Daniel,
Thanks for the update on your broodies. Some of you talk about hens setting out in the yard. Were adequate nesting areas provided in the coop or did they just decide to nest somewhere else? Is this typical of koppes and/or other game type breeds? Will I have to keep mine contained in order for them to set in the coop. I hope not. When my chickens were young I had a few that would not come home to roost, but that did not last.
Thanks aganin for the update. I won't get my chicks from Sandhill until May.
Mark
Fentress, all of my brood stock (i.e. birds that I have selectively chosen and selected for breeding) are single mated and kept in pens practically 24/7, every now and then I may put the cocks out on tie-cords or if they are gentle enough let them free range and pen them in the evening (Can't do that with games though) but other than that they are kept in pens; I move the pens occasionally to try and keep them on fresh grass, during times when grass is not readily available like winter and such I try to keep leaves or hay (if it's free) in the pens.
Besides my brood stock, all year long I have free ranging hens that can be old breeding hens I've decided not to use anymore or hens that were not what I wanted to breed and I allow them to fend for themselves so to speak; it's just the way my great grandfather did it, my grandfather, father, and now I do things. Chicks are marked practically as soon as they hatch and dry out if they are from my breeding pens and once old enough are allowed to free range until it becomes time to cull through them and select the birds I deemed worthy of keeping. I have always found that young birds whom are allowed to grow up fending for themselves (though I do toss them treats every now and then just to watch them and earn their trust a bit to help make it easier to catch them), will always be the largest, healthiest birds (many, I would say nearly 95% or more of all American gamefowl breeders raise their fowl in this fashion and have done so for many years); it also helps on the pocket book when you raise (or try to raise) lots of offspring yearly.

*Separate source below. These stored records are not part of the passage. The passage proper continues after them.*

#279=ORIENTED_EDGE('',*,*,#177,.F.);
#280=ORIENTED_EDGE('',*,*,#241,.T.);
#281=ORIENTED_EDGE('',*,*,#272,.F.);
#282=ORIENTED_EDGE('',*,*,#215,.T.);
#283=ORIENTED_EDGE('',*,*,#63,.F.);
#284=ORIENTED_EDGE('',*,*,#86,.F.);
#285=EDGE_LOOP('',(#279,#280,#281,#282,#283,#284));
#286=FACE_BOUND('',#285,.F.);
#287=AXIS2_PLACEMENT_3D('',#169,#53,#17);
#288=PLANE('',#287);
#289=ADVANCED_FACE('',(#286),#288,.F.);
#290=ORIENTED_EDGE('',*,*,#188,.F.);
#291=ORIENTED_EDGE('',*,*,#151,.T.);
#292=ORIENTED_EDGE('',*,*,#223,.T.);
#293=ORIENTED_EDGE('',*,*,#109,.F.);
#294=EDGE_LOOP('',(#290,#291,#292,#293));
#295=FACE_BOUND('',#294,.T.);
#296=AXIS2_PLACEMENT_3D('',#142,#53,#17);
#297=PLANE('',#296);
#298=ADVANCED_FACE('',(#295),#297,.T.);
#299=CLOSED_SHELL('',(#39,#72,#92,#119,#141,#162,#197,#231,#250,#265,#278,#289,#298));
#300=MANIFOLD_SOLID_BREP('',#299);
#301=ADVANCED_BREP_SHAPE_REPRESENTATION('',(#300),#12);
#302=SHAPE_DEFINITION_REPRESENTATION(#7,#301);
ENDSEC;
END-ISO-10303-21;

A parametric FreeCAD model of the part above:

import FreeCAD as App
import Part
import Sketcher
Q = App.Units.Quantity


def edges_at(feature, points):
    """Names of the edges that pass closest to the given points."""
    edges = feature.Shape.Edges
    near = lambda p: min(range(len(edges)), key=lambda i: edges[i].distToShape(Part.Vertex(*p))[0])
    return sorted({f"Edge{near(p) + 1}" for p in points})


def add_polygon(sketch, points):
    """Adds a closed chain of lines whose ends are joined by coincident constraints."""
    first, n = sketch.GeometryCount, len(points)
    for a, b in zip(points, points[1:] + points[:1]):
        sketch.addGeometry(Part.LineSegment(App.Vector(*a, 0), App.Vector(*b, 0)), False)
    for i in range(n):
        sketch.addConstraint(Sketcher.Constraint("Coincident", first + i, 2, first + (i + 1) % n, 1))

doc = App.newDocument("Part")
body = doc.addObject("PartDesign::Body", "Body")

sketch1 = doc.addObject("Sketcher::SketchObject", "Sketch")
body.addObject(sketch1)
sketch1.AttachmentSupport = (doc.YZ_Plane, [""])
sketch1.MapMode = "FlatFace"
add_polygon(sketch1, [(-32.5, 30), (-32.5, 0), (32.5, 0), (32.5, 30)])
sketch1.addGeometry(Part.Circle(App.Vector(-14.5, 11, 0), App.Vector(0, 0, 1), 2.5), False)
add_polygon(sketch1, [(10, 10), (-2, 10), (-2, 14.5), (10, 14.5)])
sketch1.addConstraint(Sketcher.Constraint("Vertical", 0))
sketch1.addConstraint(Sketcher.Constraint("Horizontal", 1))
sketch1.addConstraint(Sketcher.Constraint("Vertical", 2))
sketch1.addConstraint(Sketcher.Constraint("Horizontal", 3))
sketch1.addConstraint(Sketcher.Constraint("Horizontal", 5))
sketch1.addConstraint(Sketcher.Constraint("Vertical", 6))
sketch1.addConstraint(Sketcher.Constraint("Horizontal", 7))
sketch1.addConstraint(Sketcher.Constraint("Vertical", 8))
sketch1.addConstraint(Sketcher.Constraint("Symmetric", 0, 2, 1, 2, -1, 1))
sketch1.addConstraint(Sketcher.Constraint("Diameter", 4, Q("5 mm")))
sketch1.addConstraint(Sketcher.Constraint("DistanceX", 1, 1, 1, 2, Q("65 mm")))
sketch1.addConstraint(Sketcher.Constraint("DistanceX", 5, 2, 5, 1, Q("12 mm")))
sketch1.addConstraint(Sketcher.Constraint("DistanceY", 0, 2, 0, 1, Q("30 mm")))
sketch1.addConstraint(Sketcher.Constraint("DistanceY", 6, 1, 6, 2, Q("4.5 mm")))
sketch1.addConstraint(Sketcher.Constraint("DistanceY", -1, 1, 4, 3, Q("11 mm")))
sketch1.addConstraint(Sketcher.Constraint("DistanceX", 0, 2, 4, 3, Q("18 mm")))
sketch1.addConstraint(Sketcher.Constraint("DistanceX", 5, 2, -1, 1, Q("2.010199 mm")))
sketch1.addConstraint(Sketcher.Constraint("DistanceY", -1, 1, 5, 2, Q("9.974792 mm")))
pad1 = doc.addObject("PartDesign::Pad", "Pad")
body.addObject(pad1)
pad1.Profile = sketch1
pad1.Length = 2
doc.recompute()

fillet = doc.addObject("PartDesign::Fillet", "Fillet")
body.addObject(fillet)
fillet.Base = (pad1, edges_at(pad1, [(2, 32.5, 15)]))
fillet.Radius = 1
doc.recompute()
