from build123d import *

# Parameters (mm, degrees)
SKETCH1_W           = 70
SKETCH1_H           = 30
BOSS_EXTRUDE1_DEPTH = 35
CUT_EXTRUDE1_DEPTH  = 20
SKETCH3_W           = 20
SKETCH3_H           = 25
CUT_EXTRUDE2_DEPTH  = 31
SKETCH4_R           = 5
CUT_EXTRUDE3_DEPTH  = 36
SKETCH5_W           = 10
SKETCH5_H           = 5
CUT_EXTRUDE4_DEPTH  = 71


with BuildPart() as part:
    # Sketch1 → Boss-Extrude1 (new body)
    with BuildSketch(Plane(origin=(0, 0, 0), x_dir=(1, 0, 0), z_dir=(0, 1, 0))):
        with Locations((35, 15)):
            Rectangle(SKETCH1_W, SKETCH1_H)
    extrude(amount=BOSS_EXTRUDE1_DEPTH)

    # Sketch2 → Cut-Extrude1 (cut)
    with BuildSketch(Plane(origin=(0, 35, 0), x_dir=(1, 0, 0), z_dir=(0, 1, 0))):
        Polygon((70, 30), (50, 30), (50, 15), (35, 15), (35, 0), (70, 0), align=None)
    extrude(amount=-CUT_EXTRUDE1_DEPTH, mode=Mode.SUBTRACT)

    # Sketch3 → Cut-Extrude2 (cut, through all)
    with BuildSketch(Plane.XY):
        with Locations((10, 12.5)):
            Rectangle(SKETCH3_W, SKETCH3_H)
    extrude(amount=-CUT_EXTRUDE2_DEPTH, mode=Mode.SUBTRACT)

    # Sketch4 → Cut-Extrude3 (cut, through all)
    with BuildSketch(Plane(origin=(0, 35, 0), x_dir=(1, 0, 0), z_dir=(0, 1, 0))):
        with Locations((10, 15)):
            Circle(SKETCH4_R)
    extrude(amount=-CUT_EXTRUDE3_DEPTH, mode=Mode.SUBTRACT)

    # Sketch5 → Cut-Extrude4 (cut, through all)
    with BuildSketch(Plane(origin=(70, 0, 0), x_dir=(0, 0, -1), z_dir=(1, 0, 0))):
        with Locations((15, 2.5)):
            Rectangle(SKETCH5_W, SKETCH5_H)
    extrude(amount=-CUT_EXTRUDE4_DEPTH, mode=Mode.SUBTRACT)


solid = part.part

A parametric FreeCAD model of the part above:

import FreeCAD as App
import Part
import Sketcher

V = App.Vector

doc = App.newDocument("Part")
body = doc.addObject("PartDesign::Body", "Body")

# Sketch on XZ plane
sketch1 = doc.addObject("Sketcher::SketchObject", "Sketch")
body.addObject(sketch1)
sketch1.AttachmentSupport = (doc.XZ_Plane, [""])
sketch1.MapMode = "FlatFace"
sketch1.addGeometry([
    Part.LineSegment(V(0, -30, 0), V(0, 0, 0)),
    Part.LineSegment(V(0, 0, 0), V(70, 0, 0)),
    Part.LineSegment(V(70, 0, 0), V(70, -30, 0)),
    Part.LineSegment(V(70, -30, 0), V(0, -30, 0)),
], False)
sketch1.addConstraint([
    Sketcher.Constraint("Coincident", 0, 2, 1, 1),
    Sketcher.Constraint("Coincident", 1, 2, 2, 1),
    Sketcher.Constraint("Coincident", 2, 2, 3, 1),
    Sketcher.Constraint("Coincident", 3, 2, 0, 1),
    Sketcher.Constraint("Vertical", 0),
    Sketcher.Constraint("Horizontal", 1),
    Sketcher.Constraint("Vertical", 2),
    Sketcher.Constraint("Horizontal", 3),
    Sketcher.Constraint("Coincident", 0, 2, -1, 1),
    Sketcher.Constraint("DistanceX", 1, 1, 1, 2, 70.0),
    Sketcher.Constraint("DistanceY", 0, 1, 0, 2, 30.0),
])
pad1 = doc.addObject("PartDesign::Pad", "Pad")
body.addObject(pad1)
pad1.Profile = sketch1
pad1.Length = 35
pad1.Reversed = True

# Sketch on XZ plane
sketch2 = doc.addObject("Sketcher::SketchObject", "Sketch001")
body.addObject(sketch2)
sketch2.AttachmentSupport = (doc.XZ_Plane, [""])
sketch2.MapMode = "FlatFace"
sketch2.AttachmentOffset = App.Placement(V(0, 0, -35), App.Rotation())
sketch2.addGeometry([
    Part.LineSegment(V(70, -30, 0), V(50, -30, 0)),  # 0
    Part.LineSegment(V(50, -30, 0), V(50, -15, 0)),  # 1
    Part.LineSegment(V(50, -15, 0), V(35, -15, 0)),  # 2
    Part.LineSegment(V(35, -15, 0), V(35, 0, 0)),  # 3
    Part.LineSegment(V(35, 0, 0), V(70, 0, 0)),  # 4
    Part.LineSegment(V(70, 0, 0), V(70, -30, 0)),  # 5
], False)
sketch2.addConstraint([
    Sketcher.Constraint("Coincident", 0, 2, 1, 1),
    Sketcher.Constraint("Coincident", 1, 2, 2, 1),
    Sketcher.Constraint("Coincident", 2, 2, 3, 1),
    Sketcher.Constraint("Coincident", 3, 2, 4, 1),
    Sketcher.Constraint("Coincident", 4, 2, 5, 1),
    Sketcher.Constraint("Coincident", 5, 2, 0, 1),
    Sketcher.Constraint("Horizontal", 0),
    Sketcher.Constraint("Vertical", 1),
    Sketcher.Constraint("Horizontal", 2),
    Sketcher.Constraint("Vertical", 3),
    Sketcher.Constraint("Horizontal", 4),
    Sketcher.Constraint("Vertical", 5),
    Sketcher.Constraint("PointOnObject", 3, 2, -1),
    Sketcher.Constraint("Equal", 2, 1),
    Sketcher.Constraint("Equal", 1, 3),
    Sketcher.Constraint("DistanceX", 0, 2, 0, 1, 20.0),
    Sketcher.Constraint("DistanceX", 2, 2, 2, 1, 15.0),
    Sketcher.Constraint("DistanceX", -1, 1, 0, 2, 50.0),
])
pocket1 = doc.addObject("PartDesign::Pocket", "Pocket")
body.addObject(pocket1)
pocket1.Profile = sketch2
pocket1.Length = 20
pocket1.Reversed = True

# Sketch on XY plane
sketch3 = doc.addObject("Sketcher::SketchObject", "Sketch002")
body.addObject(sketch3)
sketch3.AttachmentSupport = (doc.XY_Plane, [""])
sketch3.MapMode = "FlatFace"
sketch3.addGeometry([
    Part.LineSegment(V(0, 25, 0), V(0, 0, 0)),
    Part.LineSegment(V(0, 0, 0), V(20, 0, 0)),
    Part.LineSegment(V(20, 0, 0), V(20, 25, 0)),
    Part.LineSegment(V(20, 25, 0), V(0, 25, 0)),
], False)
sketch3.addConstraint([
    Sketcher.Constraint("Coincident", 0, 2, 1, 1),
    Sketcher.Constraint("Coincident", 1, 2, 2, 1),
    Sketcher.Constraint("Coincident", 2, 2, 3, 1),
    Sketcher.Constraint("Coincident", 3, 2, 0, 1),
    Sketcher.Constraint("Vertical", 0),
    Sketcher.Constraint("Horizontal", 1),
    Sketcher.Constraint("Vertical", 2),
    Sketcher.Constraint("Horizontal", 3),
    Sketcher.Constraint("Coincident", 0, 2, -1, 1),
    Sketcher.Constraint("DistanceX", 1, 1, 1, 2, 20.0),
    Sketcher.Constraint("DistanceY", 0, 2, 0, 1, 25.0),
])
pocket2 = doc.addObject("PartDesign::Pocket", "Pocket001")
body.addObject(pocket2)
pocket2.Profile = sketch3
pocket2.Type = "ThroughAll"

# Sketch on XZ plane
sketch4 = doc.addObject("Sketcher::SketchObject", "Sketch003")
body.addObject(sketch4)
sketch4.AttachmentSupport = (doc.XZ_Plane, [""])
sketch4.MapMode = "FlatFace"
sketch4.AttachmentOffset = App.Placement(V(0, 0, -35), App.Rotation())
sketch4.addGeometry(Part.Circle(V(10, -15, 0), V(0, 0, 1), 5), False)
sketch4.addConstraint([
    Sketcher.Constraint("Diameter", 0, 10.0),
    Sketcher.Constraint("DistanceX", -1, 1, 0, 3, 10.0),
    Sketcher.Constraint("DistanceY", 0, 3, -1, 1, 15.0),
])
pocket3 = doc.addObject("PartDesign::Pocket", "Pocket002")
body.addObject(pocket3)
pocket3.Profile = sketch4
pocket3.Type = "ThroughAll"
pocket3.Reversed = True

# Sketch on YZ plane
sketch5 = doc.addObject("Sketcher::SketchObject", "Sketch004")
body.addObject(sketch5)
sketch5.AttachmentSupport = (doc.YZ_Plane, [""])
sketch5.MapMode = "FlatFace"
sketch5.AttachmentOffset = App.Placement(V(0, 0, 70), App.Rotation())
sketch5.addGeometry([
    Part.LineSegment(V(5, -10, 0), V(0, -10, 0)),
    Part.LineSegment(V(0, -10, 0), V(0, -20, 0)),
    Part.LineSegment(V(0, -20, 0), V(5, -20, 0)),
    Part.LineSegment(V(5, -20, 0), V(5, -10, 0)),
], False)
sketch5.addConstraint([
    Sketcher.Constraint("Coincident", 0, 2, 1, 1),
    Sketcher.Constraint("Coincident", 1, 2, 2, 1),
    Sketcher.Constraint("Coincident", 2, 2, 3, 1),
    Sketcher.Constraint("Coincident", 3, 2, 0, 1),
    Sketcher.Constraint("Horizontal", 0),
    Sketcher.Constraint("Vertical", 1),
    Sketcher.Constraint("Horizontal", 2),
    Sketcher.Constraint("Vertical", 3),
    Sketcher.Constraint("PointOnObject", 0, 2, -2),
    Sketcher.Constraint("DistanceX", 0, 2, 0, 1, 5.0),
    Sketcher.Constraint("DistanceY", 1, 2, 1, 1, 10.0),
    Sketcher.Constraint("DistanceY", 0, 2, -1, 1, 10.0),
])
pocket4 = doc.addObject("PartDesign::Pocket", "Pocket003")
body.addObject(pocket4)
pocket4.Profile = sketch5
pocket4.Type = "ThroughAll"

doc.recompute()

Because I allow hens and, to a degree some cockerels (the game stags are not capable of doing so for more than about 8 months generally speaking) free range year-round I also get a lot of "Yard hatches" i.e. birds of unknown heritage or at least ones I cannot say I know 100% what they are because I haven't selected them or marked them. These are raised by their mothers, I've had hens set in a large variety of places around here. Some are terrible at hiding nests, and pick places on the ground so their genes typically are not able to be passed on well (in the cases I have seen it, this characteristic was almost if not always passed on to the offspring of that hen); but we have a barn that has a variety of nest areas set up and lots of hens choose to set there. We have a old rundown trailer around here and I had one game hen take a liking to the toilet to set in this year, various other hens have hatched out of the woods- I don't know where they hid their nests. The Kraienköppe seem to be pretty good at hiding their nests, but I can't answer on whether or not they would lay in the coop if you allowed them to free range as my hens are kept penned so that other cockerels have no opportunity to mate with them.
God bless,
Daniel.
P.S. I will say though that the birds do tend to favor "home" for roosting. I kept many of the Kraienköppe penned for a long time this last year, wished I could have free ranged but at the time my cousin had dogs that I didn't trust letting the young chicks run free around. But once the dogs were gone and and I turned the culls out of the pens, it took them a long time for me to teach them they should roost in the trees as they knew their pens were their "Home" and would either roost on top of them or if a little bit of the roost pole were sticking out of the wire they would roost on that. My AG always look for the highest possible place to roost, so if turned out on the yard they naturally will go to the tree.